So I've made a bin cage (not furnished yet) for a syrian, which I should be getting in a few weeks time.


----------



## Miceandmore64

Made a cute set up for 3 mice today. Just cleaned cage thats all...
Currently have 14 bins! Will get measurements soon but there is 2X115L, 6X60L,4X48L and 2X40L. 40L are not for them just when I clean the cages. 
I am still deciding upon how many groups of mice I am going to have but one thing I have decided is I will be having pets (der) and girls and boys. But they will always be separate. Deciding this weekend.


----------



## Morie

Does anyone have any photos of natural mouse habitats? I'm looking for inspiration.


----------



## Gerbil

*Homemade Gerbil Cage*

The cage consists of the lower two sections constructed of some contiboard I had lying around and perspex panelling at the front. Each of these two floors is 75cm x 50cm.

The two panels may be removed separately. The natural ventilation of these sections is not great so each level is fitted with a 120mm fan which rotates at very slow speed to avoid draughts.

The cage is located in a hallway with no natural light and so the cage is illuminated with 12 LED bulbs (2x 3 watts). These are operated on a timer switch to simulate 12 hours of daylight.

Occasionally we go away. Friends and neighbours take care of food and water for us, but the internal hallway where the cage is located can get chilly in winter so the cage also has low wattage central heating in the form of a "wardrobe heater". This is thermostatically controlled and a reptile mat underneath part, but not all of the rotastak. If I don't quite get it right, the gerbils can escape the heat.

The floors can be separately removed and there are side access panels.
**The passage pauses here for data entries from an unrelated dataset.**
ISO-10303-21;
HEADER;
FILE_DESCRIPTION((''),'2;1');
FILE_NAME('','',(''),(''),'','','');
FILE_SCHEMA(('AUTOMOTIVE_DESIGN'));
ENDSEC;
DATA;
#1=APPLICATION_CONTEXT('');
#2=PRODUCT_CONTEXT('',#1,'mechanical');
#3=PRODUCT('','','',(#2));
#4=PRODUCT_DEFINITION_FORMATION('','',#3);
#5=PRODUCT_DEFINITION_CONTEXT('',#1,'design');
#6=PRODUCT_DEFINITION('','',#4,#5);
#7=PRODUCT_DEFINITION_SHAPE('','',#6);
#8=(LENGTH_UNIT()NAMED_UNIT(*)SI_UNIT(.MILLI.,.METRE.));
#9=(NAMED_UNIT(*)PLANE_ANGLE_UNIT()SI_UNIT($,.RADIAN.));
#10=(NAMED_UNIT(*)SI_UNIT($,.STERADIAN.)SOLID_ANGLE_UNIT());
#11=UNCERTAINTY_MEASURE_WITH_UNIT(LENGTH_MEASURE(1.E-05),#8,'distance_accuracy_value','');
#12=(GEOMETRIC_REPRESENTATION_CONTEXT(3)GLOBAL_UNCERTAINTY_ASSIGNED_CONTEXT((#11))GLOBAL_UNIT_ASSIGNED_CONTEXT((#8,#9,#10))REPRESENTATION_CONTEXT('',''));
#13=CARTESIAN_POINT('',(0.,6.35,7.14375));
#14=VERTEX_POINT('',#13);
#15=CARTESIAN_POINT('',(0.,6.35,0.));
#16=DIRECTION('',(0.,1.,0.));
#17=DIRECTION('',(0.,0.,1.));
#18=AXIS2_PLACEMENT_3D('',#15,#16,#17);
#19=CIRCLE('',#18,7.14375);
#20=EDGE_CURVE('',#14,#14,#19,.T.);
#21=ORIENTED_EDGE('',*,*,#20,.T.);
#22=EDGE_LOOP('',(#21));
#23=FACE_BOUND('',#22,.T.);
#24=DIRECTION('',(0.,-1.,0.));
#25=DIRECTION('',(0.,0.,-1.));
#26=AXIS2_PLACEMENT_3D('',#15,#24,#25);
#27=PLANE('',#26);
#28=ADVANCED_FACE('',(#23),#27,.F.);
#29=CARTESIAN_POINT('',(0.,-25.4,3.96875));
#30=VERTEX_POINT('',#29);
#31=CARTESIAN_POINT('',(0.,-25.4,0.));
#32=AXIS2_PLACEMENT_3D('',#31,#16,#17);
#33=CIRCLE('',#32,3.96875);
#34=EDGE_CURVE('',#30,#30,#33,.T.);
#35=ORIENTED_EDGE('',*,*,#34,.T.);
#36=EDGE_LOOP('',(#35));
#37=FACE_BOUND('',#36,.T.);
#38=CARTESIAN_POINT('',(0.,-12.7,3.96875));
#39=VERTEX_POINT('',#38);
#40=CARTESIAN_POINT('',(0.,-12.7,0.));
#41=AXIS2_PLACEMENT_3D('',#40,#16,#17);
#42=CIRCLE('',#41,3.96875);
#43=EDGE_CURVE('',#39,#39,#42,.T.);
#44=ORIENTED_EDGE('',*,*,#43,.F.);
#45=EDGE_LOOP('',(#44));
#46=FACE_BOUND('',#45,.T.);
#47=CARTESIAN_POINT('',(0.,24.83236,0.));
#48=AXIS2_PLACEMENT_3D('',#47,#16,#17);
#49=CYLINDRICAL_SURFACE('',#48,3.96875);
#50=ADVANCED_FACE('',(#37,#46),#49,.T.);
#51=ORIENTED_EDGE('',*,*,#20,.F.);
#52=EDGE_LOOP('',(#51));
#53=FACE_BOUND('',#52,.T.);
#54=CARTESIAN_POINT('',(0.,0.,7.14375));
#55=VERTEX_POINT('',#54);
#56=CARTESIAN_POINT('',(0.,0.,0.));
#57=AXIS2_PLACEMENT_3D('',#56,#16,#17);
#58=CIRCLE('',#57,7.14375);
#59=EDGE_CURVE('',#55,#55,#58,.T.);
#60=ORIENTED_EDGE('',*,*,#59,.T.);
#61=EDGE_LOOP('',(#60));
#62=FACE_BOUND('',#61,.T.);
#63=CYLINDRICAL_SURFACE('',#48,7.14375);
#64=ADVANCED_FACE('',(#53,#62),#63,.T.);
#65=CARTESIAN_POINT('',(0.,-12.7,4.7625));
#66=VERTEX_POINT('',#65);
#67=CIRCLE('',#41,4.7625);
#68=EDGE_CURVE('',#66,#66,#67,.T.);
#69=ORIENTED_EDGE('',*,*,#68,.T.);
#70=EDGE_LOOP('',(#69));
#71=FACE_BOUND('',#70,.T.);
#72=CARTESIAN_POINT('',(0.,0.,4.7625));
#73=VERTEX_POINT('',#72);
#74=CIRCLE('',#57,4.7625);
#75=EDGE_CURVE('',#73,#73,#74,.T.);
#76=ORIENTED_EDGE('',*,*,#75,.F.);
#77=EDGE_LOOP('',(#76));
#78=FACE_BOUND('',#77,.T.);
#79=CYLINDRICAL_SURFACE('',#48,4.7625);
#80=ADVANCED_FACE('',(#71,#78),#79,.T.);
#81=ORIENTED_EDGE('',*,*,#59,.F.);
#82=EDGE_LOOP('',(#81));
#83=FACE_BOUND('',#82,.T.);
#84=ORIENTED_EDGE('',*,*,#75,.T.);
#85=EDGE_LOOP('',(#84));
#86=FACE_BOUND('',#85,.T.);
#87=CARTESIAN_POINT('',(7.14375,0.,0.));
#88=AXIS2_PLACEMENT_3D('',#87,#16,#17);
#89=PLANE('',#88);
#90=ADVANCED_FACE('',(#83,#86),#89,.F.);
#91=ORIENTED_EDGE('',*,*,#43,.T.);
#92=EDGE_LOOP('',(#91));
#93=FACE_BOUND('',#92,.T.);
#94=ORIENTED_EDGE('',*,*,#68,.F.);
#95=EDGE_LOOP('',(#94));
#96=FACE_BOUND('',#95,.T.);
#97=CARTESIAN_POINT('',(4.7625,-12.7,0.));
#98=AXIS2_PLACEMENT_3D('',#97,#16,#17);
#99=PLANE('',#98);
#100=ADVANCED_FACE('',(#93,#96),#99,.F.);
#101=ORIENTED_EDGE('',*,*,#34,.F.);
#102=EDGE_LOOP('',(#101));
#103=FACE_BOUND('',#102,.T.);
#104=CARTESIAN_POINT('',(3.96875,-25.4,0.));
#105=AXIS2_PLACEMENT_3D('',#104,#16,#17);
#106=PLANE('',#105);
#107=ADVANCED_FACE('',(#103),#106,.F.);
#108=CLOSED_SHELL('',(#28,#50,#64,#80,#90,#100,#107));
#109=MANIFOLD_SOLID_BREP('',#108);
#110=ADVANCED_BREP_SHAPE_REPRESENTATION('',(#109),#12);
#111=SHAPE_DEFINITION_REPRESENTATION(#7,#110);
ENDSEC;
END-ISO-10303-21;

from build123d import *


with BuildPart() as part:
    # profile → Base-Revolve (revolve)
    with BuildSketch(Plane.XY):
        Polygon((0, 6.35), (7.14375, 6.35), (7.14375, 0), (4.7625, 0), (4.7625, -12.7), (3.96875, -12.7), (3.96875, -25.4), (0, -25.4), align=None)
    revolve(axis=Axis((0, 24.832359952, 0), (0, -1, 0)))


solid = part.part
Above the lower two floors, floors 3-7 are comprised of Rotastak with anti-gnaw rings fitted. To travel from level 1 to level 7 the gerbils climb approx 1.5 metres.

All of the materials, wood, perspex, electronics, rotastak etc was either around the house or second-hand from ebay. I think I've spent about £100 on it.

The four sisters seem to enjoy it but still come to the wired unit to come out and play.


----------



## pawsandwhiskers

Those cages look fantastic  here's the ones I have for my gerbils - I have better pictures but I can't find them  (excuse my daughters' feet)


----------



## Cami

Peter my little roborovski has just moved into his new home, it's a bit of a work in progress but we're getting there


----------



## picaresque

My mouse setups -

My single male's Savic Cambridge


The bottom Barney cage is currently housing my female group, and the Zoozone 1 contains three young males. I'm hoping to upgrade the girls to a Freddy or similar soon and the boys will then move into the Barney if all goes well


----------



## BattleKat

I think I've finally got my mouse cage sorted.
The shelves are held on by very strong bathroom suckers so I haven't got any legs to clean around and they can be easily moved up/down depending on what's in the cage. It's taken me years to find the ideal solution!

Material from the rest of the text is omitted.